Я поклонился. Блондин улыбнулся еще радостней и шире. Здорово они сделаны — без проводов, без антенн, двигаются абсолютно самостоятельно, крепко стоят на ногах, да, наверное, еще здорово и дерутся! Здорово был похож на человека! Отличие — на лице: на шее были не очень яркие пятна — красные и черные. Такие же пятна были на кимоно — что-то они обозначали.
— Чего это он в пятнах весь, как жираф? — спросил я Клода.
— Обозначены зоны, наиболее опасные для удара, — объяснил Клод. — При точном ударе в красную зону он теряет сознание, как у вас говорят, — улыбнулся Клод, — вырубается. При сильном ударе в черную зону может наступить смерть.
— А зачем они нарисованы-то? — проговорил я.
— Чтобы учиться попадать! — снисходительно улыбнувшись, ответил Клод.
Не хватало мне только спросить у него: «А зачем попадать?» — чтобы превратиться в его глазах в полного идиота.
— Ну, начнем? — Клод посмотрел на меня и потянулся к клавишам. — Тебе какую программу — нормальную или… попроще?

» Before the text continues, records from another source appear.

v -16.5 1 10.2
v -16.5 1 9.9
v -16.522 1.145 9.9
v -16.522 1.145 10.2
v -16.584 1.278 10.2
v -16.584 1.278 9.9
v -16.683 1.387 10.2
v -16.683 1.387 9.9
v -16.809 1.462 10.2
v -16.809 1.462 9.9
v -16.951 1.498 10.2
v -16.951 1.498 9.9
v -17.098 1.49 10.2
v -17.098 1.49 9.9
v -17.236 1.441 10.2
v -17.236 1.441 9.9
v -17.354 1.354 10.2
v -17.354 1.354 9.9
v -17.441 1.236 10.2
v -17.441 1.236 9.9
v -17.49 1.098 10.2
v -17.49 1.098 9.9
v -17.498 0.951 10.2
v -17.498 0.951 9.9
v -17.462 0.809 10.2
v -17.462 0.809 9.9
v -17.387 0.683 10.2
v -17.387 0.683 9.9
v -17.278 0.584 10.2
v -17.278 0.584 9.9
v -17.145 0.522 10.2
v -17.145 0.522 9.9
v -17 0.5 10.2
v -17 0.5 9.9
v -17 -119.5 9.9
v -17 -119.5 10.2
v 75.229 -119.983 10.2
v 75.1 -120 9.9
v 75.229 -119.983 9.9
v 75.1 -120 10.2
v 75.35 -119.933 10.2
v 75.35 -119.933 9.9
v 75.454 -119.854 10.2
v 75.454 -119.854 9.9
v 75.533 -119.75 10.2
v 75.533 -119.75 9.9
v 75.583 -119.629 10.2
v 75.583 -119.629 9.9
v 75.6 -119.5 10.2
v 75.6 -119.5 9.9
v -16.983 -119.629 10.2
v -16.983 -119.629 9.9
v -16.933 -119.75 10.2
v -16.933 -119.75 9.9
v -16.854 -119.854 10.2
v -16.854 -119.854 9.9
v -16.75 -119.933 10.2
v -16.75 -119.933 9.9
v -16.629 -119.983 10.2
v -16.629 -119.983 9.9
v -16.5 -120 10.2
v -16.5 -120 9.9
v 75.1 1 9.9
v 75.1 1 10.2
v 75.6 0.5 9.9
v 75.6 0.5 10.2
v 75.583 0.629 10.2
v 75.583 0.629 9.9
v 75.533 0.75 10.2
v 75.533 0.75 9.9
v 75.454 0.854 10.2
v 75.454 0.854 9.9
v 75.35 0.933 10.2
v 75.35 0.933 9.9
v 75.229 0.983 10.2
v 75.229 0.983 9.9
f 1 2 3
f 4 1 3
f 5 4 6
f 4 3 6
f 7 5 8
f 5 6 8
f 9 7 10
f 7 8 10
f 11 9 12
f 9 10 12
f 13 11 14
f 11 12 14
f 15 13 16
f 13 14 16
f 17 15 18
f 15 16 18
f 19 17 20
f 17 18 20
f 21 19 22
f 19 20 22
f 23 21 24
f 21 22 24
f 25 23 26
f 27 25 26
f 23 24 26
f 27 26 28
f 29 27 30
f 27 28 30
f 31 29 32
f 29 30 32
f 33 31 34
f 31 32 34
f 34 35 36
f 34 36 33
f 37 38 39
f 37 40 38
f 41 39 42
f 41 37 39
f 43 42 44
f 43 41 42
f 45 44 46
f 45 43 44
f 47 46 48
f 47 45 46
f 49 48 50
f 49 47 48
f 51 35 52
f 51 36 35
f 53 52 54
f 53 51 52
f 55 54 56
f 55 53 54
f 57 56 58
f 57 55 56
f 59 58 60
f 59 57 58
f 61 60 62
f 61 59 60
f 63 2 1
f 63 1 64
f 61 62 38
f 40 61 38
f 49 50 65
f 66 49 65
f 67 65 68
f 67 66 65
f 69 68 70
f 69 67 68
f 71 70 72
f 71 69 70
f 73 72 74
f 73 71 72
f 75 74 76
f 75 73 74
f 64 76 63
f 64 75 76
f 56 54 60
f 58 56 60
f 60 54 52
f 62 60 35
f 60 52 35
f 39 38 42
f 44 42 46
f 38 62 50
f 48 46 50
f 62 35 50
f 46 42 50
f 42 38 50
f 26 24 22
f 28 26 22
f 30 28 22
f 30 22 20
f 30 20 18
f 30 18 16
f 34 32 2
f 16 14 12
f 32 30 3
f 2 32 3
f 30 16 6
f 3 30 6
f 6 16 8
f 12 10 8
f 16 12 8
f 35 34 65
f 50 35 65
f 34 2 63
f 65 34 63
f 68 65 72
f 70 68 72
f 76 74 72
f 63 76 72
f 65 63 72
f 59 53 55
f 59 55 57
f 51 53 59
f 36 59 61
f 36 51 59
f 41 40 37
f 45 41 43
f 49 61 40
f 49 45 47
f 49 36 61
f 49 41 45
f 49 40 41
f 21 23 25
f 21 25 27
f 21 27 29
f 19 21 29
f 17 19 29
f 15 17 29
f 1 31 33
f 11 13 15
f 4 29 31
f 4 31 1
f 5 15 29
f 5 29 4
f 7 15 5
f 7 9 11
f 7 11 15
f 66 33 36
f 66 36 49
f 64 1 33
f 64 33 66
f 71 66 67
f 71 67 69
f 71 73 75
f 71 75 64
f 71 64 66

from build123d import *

# Parameters (mm, degrees)
CYLINDER_R     = 0.5
CYLINDER_DEPTH = 0.3
BOX003_W       = 92.6
BOX003_H       = 121
BOX003_DEPTH   = 0.3
FILLET001_R    = 0.5
FILLET002_R    = 0.5
FILLET003_R    = 0.5
FILLET004_R    = 0.5


with BuildPart() as cylinder:
    # Cylinder → Cylinder (new body)
    with BuildSketch(Plane(origin=(-17, 1, 10), x_dir=(1, 0, 0), z_dir=(0, 0, 1))):
        Circle(CYLINDER_R)
    extrude(amount=CYLINDER_DEPTH)


with BuildPart() as displaybase001:
    # Box003 → Box003 (new body)
    with BuildSketch(Plane(origin=(-17, -120, 10), x_dir=(1, 0, 0), z_dir=(0, 0, 1))):
        with Locations((46.3, 60.5)):
            Rectangle(BOX003_W, BOX003_H)
    extrude(amount=BOX003_DEPTH)

    # Fillet001
    fillet001_edges = [displaybase001.edges().sort_by_distance(p)[0] for p in [
        (-17, 1, 10.15),
    ]]
    fillet(fillet001_edges, radius=FILLET001_R)

    # Fillet002
    fillet002_edges = [displaybase001.edges().sort_by_distance(p)[0] for p in [
        (-17, -120, 10.15),
    ]]
    fillet(fillet002_edges, radius=FILLET002_R)

    # Fillet003
    fillet003_edges = [displaybase001.edges().sort_by_distance(p)[0] for p in [
        (75.6, -120, 10.15),
    ]]
    fillet(fillet003_edges, radius=FILLET003_R)

    # Fillet004
    fillet004_edges = [displaybase001.edges().sort_by_distance(p)[0] for p in [
        (75.6, 1, 10.15),
    ]]
    fillet(fillet004_edges, radius=FILLET004_R)

    # Fusion: union Cylinder
    add(cylinder.part)


with BuildPart() as displaybase001_1:
    # Fusion placement: moved
    add(displaybase001.part.moved(Location((0, 0, -0.1))))


solid = displaybase001_1.part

— Нормальную мне! — спокойно ответил я.
Клод надавил несколько клавиш, и в тот же момент манекен этот ловко присел в низкую стойку, кибадачи, издал страшный каратистский вой — «киай» и подлетел ко мне. Я мгновенно вспомнил все, чему меня учили, и выдал «гяку-дзуки» — прямой удар вертикальным кулаком по корпусу противника: но кулак мой не дошел: манекен четко закрылся блоком «сото-уке», и тут же как молния сверкнул его удар «нуките» — прямо мне в глаза; я успел прикрыться верхним блоком «аге-уке», но он тут же пошел на страшный удар-молот сверху, называемый «тэтсуи-дзуки», — я мгновенно прикрылся скрещенными над головой руками, двойным верхним блоком «аги-джи-уке». Остановив удар, я тут же, опуская руки из блока, сумел засадить ему «эмпи-наваши» — неплохой удар локтем сбоку. Он отшатнулся. Самое страшное, мелькнуло в моем сотрясенном мозгу, что каратист никогда не останавливается, какую бы боль он ни испытывал, удары отработаны у него целыми сериями, он не может отскочить и попрыгать в сторонке, как боксер, он должен рубиться безостановочно, пока не будет повержен или противник или он сам.